**Directions for this task:**
Return only the stretch of the material below that begins with the line containing "f 65 148 33" and ends with the line containing "f 91 167 166", exactly; both of those lines belong to it.

**Records supplied:**
Content starts

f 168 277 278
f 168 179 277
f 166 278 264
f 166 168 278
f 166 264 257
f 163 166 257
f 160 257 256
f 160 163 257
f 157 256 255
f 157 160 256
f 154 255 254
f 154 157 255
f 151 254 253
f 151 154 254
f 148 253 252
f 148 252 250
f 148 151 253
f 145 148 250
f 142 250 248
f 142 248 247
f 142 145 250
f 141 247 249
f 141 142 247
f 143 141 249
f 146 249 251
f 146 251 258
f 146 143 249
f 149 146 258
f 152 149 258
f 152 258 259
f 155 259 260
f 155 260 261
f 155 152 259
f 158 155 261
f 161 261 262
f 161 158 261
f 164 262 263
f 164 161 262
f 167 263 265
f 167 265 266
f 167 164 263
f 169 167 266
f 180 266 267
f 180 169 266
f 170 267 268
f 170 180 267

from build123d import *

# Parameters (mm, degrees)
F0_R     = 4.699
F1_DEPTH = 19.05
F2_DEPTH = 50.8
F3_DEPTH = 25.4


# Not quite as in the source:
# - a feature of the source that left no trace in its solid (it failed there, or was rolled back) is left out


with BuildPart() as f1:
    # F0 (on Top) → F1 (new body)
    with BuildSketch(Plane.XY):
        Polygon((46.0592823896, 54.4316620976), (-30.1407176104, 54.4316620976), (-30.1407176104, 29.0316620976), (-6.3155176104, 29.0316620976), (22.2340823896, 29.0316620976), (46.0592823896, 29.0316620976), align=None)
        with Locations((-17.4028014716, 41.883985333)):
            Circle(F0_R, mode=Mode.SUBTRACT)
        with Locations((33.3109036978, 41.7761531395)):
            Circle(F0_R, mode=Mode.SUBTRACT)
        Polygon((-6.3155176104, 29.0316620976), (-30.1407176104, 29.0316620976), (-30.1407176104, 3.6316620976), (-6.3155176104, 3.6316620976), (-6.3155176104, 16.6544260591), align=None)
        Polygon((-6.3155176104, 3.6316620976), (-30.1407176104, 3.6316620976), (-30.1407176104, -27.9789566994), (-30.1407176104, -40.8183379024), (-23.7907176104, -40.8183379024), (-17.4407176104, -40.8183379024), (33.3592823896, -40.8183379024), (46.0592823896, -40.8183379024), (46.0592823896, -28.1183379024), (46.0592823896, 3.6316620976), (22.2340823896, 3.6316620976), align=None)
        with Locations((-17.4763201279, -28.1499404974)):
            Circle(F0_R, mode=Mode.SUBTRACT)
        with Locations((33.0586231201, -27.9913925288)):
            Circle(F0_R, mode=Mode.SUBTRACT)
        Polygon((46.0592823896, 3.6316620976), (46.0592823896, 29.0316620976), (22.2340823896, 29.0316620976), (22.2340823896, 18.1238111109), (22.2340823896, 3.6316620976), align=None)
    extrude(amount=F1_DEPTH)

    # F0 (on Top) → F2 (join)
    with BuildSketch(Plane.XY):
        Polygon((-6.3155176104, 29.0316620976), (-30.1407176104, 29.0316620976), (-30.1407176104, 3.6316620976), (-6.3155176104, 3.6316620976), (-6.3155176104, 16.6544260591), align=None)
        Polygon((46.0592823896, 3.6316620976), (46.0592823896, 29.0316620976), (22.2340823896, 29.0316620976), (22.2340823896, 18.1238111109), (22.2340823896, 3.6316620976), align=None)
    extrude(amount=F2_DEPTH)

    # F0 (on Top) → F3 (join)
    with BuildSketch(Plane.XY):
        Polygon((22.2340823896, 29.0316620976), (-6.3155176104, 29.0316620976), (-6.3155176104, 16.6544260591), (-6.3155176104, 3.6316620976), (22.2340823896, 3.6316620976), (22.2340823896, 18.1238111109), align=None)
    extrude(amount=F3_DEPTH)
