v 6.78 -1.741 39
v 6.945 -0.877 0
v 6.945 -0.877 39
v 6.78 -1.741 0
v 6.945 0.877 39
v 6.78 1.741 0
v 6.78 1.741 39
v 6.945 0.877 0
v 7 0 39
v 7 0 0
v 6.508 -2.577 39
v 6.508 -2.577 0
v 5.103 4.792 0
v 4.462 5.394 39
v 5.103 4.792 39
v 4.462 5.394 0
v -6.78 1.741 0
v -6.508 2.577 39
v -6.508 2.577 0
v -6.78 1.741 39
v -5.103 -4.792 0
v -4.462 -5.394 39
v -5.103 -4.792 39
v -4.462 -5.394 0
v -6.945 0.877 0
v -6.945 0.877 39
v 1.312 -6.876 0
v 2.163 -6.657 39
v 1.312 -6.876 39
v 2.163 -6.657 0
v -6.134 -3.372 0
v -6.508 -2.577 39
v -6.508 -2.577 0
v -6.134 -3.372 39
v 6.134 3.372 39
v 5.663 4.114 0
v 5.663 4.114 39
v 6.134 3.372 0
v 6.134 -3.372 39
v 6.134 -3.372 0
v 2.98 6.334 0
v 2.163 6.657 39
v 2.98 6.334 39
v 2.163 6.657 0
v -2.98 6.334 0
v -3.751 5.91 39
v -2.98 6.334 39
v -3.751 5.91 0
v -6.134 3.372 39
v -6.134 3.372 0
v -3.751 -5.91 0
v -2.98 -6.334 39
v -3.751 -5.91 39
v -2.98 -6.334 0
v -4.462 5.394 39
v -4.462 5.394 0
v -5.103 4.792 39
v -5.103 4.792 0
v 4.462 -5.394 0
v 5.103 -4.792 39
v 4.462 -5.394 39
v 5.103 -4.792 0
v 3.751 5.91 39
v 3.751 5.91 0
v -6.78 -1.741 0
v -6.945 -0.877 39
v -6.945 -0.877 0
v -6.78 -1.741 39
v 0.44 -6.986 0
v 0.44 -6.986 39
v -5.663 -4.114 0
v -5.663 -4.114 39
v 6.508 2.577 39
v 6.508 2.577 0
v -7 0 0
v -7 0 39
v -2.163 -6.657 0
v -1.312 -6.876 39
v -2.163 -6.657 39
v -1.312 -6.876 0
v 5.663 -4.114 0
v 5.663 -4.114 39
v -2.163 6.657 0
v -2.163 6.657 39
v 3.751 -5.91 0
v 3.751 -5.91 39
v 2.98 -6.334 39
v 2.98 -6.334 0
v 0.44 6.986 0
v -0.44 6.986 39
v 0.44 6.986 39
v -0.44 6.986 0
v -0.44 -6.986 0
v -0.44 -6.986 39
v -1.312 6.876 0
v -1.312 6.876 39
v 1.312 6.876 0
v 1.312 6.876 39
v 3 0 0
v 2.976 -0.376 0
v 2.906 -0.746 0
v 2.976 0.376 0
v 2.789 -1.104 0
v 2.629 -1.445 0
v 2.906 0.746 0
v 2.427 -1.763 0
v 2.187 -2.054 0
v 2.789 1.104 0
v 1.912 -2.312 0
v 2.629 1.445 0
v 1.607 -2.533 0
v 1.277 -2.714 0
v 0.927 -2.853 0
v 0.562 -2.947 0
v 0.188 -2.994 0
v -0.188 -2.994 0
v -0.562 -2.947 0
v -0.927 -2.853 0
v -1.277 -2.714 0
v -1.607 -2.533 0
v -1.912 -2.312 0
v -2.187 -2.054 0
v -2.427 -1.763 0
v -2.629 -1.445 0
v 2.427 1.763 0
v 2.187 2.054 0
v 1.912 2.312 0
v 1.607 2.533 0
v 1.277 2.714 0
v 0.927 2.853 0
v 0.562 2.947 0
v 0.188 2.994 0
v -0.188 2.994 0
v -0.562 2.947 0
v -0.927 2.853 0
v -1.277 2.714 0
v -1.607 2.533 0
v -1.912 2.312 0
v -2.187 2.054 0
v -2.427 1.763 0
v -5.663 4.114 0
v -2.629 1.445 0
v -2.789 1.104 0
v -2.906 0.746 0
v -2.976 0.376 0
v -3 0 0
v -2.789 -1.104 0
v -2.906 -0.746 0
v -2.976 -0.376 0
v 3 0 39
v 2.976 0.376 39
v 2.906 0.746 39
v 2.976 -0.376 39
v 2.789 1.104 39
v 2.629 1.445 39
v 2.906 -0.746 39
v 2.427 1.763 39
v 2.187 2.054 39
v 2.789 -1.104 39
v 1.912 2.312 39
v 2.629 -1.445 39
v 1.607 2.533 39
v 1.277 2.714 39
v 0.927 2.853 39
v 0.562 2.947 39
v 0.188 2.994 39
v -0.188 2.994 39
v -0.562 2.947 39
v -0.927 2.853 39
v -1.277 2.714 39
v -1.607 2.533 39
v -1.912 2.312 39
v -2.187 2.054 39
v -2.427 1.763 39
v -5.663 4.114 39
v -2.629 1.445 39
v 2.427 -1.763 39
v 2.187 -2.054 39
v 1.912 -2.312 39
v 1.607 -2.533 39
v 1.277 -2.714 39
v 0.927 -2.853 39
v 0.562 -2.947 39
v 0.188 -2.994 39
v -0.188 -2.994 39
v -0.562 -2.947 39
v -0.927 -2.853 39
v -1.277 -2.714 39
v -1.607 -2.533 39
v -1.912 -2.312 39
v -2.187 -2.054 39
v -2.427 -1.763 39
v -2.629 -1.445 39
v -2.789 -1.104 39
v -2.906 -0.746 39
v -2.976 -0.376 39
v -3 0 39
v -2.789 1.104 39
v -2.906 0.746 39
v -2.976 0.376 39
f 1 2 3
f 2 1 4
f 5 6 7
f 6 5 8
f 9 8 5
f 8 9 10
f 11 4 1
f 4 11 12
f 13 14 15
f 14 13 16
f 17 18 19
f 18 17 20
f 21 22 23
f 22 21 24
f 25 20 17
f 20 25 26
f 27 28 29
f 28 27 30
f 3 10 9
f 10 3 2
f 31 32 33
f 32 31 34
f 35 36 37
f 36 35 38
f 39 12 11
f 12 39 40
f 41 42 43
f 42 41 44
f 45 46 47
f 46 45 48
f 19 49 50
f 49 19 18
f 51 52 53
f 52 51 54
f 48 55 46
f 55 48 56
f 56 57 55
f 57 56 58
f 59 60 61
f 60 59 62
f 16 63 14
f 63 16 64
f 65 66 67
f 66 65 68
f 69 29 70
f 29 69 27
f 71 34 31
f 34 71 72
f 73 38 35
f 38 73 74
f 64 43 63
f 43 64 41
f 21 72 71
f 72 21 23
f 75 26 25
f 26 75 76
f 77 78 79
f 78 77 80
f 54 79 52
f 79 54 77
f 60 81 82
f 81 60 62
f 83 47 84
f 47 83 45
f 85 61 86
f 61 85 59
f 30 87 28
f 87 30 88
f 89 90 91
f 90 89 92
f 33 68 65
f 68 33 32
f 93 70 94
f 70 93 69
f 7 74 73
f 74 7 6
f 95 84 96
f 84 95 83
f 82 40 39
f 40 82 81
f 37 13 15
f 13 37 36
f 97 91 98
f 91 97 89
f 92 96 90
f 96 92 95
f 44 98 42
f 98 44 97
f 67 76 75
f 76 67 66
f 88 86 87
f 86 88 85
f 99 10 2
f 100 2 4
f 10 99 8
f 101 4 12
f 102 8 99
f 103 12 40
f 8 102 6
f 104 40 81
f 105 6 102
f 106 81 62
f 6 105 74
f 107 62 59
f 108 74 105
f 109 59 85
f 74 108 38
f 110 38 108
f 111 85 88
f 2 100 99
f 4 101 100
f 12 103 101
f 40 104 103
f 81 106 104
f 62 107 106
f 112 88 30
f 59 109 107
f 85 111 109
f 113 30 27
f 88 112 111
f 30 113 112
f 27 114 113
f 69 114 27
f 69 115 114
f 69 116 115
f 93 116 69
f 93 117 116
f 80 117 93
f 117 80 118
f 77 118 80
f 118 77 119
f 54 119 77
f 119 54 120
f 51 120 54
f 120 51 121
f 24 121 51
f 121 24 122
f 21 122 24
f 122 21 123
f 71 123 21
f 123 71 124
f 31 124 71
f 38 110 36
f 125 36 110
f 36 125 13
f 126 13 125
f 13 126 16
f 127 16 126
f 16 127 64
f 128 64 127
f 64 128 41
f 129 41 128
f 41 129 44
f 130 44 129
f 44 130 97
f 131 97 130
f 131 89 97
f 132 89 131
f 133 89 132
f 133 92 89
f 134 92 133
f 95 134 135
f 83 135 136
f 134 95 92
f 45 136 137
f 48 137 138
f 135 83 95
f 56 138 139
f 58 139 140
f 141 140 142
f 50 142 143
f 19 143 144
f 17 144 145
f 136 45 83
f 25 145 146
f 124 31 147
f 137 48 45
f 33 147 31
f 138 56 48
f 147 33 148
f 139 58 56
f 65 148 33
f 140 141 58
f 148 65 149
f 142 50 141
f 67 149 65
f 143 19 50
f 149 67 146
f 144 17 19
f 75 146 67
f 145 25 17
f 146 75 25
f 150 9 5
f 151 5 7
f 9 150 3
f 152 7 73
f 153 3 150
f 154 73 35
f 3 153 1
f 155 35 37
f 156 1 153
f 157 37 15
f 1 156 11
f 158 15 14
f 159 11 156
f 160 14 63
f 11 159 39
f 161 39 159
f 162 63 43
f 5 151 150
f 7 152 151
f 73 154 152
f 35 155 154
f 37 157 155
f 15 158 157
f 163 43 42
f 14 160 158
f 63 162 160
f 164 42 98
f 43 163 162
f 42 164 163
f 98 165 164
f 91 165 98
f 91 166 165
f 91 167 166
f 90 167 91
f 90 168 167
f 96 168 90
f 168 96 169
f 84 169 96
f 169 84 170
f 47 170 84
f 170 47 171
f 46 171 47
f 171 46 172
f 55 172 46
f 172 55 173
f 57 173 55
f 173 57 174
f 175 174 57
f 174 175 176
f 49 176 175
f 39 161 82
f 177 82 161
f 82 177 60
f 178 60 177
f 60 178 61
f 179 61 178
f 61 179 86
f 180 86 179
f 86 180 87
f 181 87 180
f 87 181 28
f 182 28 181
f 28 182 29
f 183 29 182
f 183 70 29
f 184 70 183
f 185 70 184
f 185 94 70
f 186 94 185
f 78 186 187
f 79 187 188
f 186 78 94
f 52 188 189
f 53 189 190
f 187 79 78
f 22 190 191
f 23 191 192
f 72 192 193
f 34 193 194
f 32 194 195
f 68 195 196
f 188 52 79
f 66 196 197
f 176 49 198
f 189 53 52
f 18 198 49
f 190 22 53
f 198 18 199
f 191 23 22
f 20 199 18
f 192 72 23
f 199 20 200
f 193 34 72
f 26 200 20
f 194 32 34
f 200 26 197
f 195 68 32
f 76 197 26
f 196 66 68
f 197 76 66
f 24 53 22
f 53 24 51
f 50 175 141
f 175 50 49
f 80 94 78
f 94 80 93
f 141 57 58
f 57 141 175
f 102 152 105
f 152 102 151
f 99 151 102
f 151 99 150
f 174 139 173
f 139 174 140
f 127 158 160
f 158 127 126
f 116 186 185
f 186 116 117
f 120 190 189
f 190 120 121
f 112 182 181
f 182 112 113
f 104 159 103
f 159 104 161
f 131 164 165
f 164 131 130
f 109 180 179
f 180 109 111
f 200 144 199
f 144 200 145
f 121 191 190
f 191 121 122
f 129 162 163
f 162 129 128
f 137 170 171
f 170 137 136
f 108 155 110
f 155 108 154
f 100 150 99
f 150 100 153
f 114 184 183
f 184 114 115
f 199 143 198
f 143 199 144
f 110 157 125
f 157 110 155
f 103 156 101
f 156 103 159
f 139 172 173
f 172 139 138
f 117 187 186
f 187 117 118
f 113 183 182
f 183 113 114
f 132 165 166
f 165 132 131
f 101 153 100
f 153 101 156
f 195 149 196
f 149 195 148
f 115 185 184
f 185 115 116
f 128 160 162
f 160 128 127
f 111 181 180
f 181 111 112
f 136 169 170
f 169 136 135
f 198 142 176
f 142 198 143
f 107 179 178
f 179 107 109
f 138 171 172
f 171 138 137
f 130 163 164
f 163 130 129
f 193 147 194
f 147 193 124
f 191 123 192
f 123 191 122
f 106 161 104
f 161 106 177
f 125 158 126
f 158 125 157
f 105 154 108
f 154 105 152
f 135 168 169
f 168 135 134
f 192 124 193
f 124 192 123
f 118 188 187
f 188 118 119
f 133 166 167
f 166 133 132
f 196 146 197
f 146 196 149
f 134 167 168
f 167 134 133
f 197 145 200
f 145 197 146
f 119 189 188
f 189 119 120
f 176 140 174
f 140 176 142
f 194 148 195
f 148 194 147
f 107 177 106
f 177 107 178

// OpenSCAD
$fn = 50;


difference() {
	union() {
		cylinder(h = 39, r = 7.0000000000);
	}
	union() {
		translate(v = [0, 0, -100]) {
			cylinder(h = 200, r = 3.0000000000);
		}
	}
}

Content ends

**Completed task:**
f 65 148 33
f 140 141 58
f 148 65 149
f 142 50 141
f 67 149 65
f 143 19 50
f 149 67 146
f 144 17 19
f 75 146 67
f 145 25 17
f 146 75 25
f 150 9 5
f 151 5 7
f 9 150 3
f 152 7 73
f 153 3 150
f 154 73 35
f 3 153 1
f 155 35 37
f 156 1 153
f 157 37 15
f 1 156 11
f 158 15 14
f 159 11 156
f 160 14 63
f 11 159 39
f 161 39 159
f 162 63 43
f 5 151 150
f 7 152 151
f 73 154 152
f 35 155 154
f 37 157 155
f 15 158 157
f 163 43 42
f 14 160 158
f 63 162 160
f 164 42 98
f 43 163 162
f 42 164 163
f 98 165 164
f 91 165 98
f 91 166 165
f 91 167 166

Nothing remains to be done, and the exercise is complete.